Ver si hay missing values todavía 

In [40]:
# Calcular el porcentaje de valores faltantes por columna
missing_percent = loans.isnull().mean() * 100
missing_percent = missing_percent[missing_percent > 0].sort_values(ascending=False)
missing_percent


mths_since_recent_inq    9.818
emp_title                5.264
mo_sin_old_il_acct       3.007
num_tl_120dpd_2m         1.956
bc_util                  1.198
percent_bc_gt_75         1.161
bc_open_to_buy           1.135
mths_since_recent_bc     1.049
last_pymnt_d             0.067
revol_util               0.056
last_credit_pull_d       0.017
dtype: float64

In [41]:
# Identificar columnas numéricas y categóricas
num_cols = loans.select_dtypes(include=['float64', 'int64']).columns.tolist()
cat_cols = loans.select_dtypes(include=['object', 'category']).columns.tolist()

# Columnas con valores faltantes
missing_cols = missing_percent.index.tolist()

# Listas de columnas numéricas y categóricas con valores faltantes
num_missing_cols = [col for col in missing_cols if col in num_cols]
cat_missing_cols = [col for col in missing_cols if col in cat_cols]

print(f"Columnas numéricas con valores faltantes: {num_missing_cols}")
print(f"Columnas categóricas con valores faltantes: {cat_missing_cols}")


Columnas numéricas con valores faltantes: ['mths_since_recent_inq', 'mo_sin_old_il_acct', 'num_tl_120dpd_2m', 'bc_util', 'percent_bc_gt_75', 'bc_open_to_buy', 'mths_since_recent_bc', 'revol_util']
Columnas categóricas con valores faltantes: ['emp_title', 'last_pymnt_d', 'last_credit_pull_d']


Aqui es para columnas numericas

In [42]:
#la columna de mths_since_recent_inq le podemos poner la mediana
# Son Meses desde la última consulta de crédito reciente
median_value = loans ['mths_since_recent_inq'].median()
loans['mths_since_recent_inq'].fillna(median_value, inplace=True) 
print(f"la mediana es: {median_value}")

la mediana es: 5.0


The behavior will change in pandas 3.0. This inplace method will never work because the intermediate object on which we are setting values always behaves as a copy.

For example, when doing 'df[col].method(value, inplace=True)', try using 'df.method({col: value}, inplace=True)' or df[col] = df[col].method(value) instead, to perform the operation inplace on the original object.


  loans['mths_since_recent_inq'].fillna(median_value, inplace=True)


In [43]:
#mo_sin_old_il_acct son meses desde la cuenta de crédito a plazos más antigua
#Igual le pondre la mediana (Lo que aun no se es por que la mediana y no el mean)
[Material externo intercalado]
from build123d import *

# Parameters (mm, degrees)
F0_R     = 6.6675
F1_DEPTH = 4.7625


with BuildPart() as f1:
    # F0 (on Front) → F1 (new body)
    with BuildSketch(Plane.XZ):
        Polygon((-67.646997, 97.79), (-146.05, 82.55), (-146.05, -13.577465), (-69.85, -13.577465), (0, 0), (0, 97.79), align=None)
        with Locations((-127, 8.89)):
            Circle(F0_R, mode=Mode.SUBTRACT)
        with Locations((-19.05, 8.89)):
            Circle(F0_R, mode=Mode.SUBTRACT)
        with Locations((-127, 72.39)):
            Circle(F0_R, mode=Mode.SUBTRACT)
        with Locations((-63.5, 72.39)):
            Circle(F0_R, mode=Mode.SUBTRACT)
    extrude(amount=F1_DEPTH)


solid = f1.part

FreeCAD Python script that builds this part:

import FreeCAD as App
import Part
import Sketcher
Q = App.Units.Quantity

doc = App.newDocument("Part")
body = doc.addObject("PartDesign::Body", "Body")

# Sketch on XZ plane
sketch1 = doc.addObject("Sketcher::SketchObject", "Sketch")
body.addObject(sketch1)
sketch1.AttachmentSupport = (doc.XZ_Plane, [""])
sketch1.MapMode = "FlatFace"
sketch1.addGeometry([
    Part.LineSegment(App.Vector(-67.646997, 97.79, 0), App.Vector(-146.05, 82.55, 0)),  # 0
    Part.LineSegment(App.Vector(-146.05, 82.55, 0), App.Vector(-146.05, -13.577465, 0)),  # 1
    Part.LineSegment(App.Vector(-146.05, -13.577465, 0), App.Vector(-69.85, -13.577465, 0)),  # 2
    Part.LineSegment(App.Vector(-69.85, -13.577465, 0), App.Vector(0, 0, 0)),  # 3
    Part.LineSegment(App.Vector(0, 0, 0), App.Vector(0, 97.79, 0)),  # 4
    Part.LineSegment(App.Vector(0, 97.79, 0), App.Vector(-67.646997, 97.79, 0)),  # 5
    Part.Circle(App.Vector(-127, 8.89, 0), App.Vector(0, 0, 1), 6.6675),  # 6
    Part.Circle(App.Vector(-19.05, 8.89, 0), App.Vector(0, 0, 1), 6.6675),  # 7
    Part.Circle(App.Vector(-127, 72.39, 0), App.Vector(0, 0, 1), 6.6675),  # 8
    Part.Circle(App.Vector(-63.5, 72.39, 0), App.Vector(0, 0, 1), 6.6675),  # 9
], False)
sketch1.addConstraint([
    Sketcher.Constraint("Coincident", 0, 2, 1, 1),
    Sketcher.Constraint("Coincident", 1, 2, 2, 1),
    Sketcher.Constraint("Coincident", 2, 2, 3, 1),
    Sketcher.Constraint("Coincident", 3, 2, 4, 1),
    Sketcher.Constraint("Coincident", 4, 2, 5, 1),
    Sketcher.Constraint("Coincident", 5, 2, 0, 1),
    Sketcher.Constraint("Vertical", 1),
    Sketcher.Constraint("Horizontal", 2),
    Sketcher.Constraint("Vertical", 4),
    Sketcher.Constraint("Horizontal", 5),
    Sketcher.Constraint("Coincident", 3, 2, -1, 1),
    Sketcher.Constraint("Equal", 6, 7),
    Sketcher.Constraint("Equal", 7, 8),
    Sketcher.Constraint("Equal", 8, 9),
    Sketcher.Constraint("Parallel", 0, 3),
    Sketcher.Constraint("Horizontal", 6, 3, 7, 3),
    Sketcher.Constraint("Horizontal", 8, 3, 9, 3),
    Sketcher.Constraint("Vertical", 6, 3, 8, 3),
    Sketcher.Constraint("DistanceX", 2, 1, 2, 2, Q("3 in")),
    Sketcher.Constraint("Diameter", 6, Q("0.525 in")),
    Sketcher.Constraint("DistanceX", 6, 3, -1, 1, Q("5 in")),
    Sketcher.Constraint("Angle", 0, Q("-169 deg")),
    Sketcher.Constraint("DistanceX", 0, 2, 7, 3, Q("5 in")),
    Sketcher.Constraint("DistanceY", 9, 3, 4, 2, Q("1 in")),
    Sketcher.Constraint("DistanceY", 4, 1, 4, 2, Q("3.85 in")),
    Sketcher.Constraint("DistanceX", 9, 3, -1, 1, Q("2.5 in")),
    Sketcher.Constraint("DistanceY", 6, 3, 8, 3, Q("2.5 in")),
    Sketcher.Constraint("DistanceY", 8, 3, 0, 2, Q("0.4 in")),
    Sketcher.Constraint("DistanceX", 7, 3, -1, 1, Q("0.75 in")),
])
pad1 = doc.addObject("PartDesign::Pad", "Pad")
body.addObject(pad1)
pad1.Profile = sketch1
pad1.Length = Q("0.1875 in")

doc.recompute()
median_value = loans['mo_sin_old_il_acct'].median()
loans['mo_sin_old_il_acct'].fillna(median_value, inplace= True)
print(f"la mediana es: {median_value}")



la mediana es: 130.0


The behavior will change in pandas 3.0. This inplace method will never work because the intermediate object on which we are setting values always behaves as a copy.

For example, when doing 'df[col].method(value, inplace=True)', try using 'df.method({col: value}, inplace=True)' or df[col] = df[col].method(value) instead, to perform the operation inplace on the original object.


  loans['mo_sin_old_il_acct'].fillna(median_value, inplace= True)


In [44]:
#num_tl_120dpd_2m son el num de lineas de credito 120 dias atrasadas en los ultimos 2 meses
#Aqui como so lineas de credito, podemos poner un 0 para indicar que no hay lineas atrasadas  120 dias
loans['num_tl_120dpd_2m'].fillna(0, inplace= True)
print("poniendole a 'num_tl_120dpd_2m' 0 en los faltantes")


poniendole a 'num_tl_120dpd_2m' 0 en los faltantes


The behavior will change in pandas 3.0. This inplace method will never work because the intermediate object on which we are setting values always behaves as a copy.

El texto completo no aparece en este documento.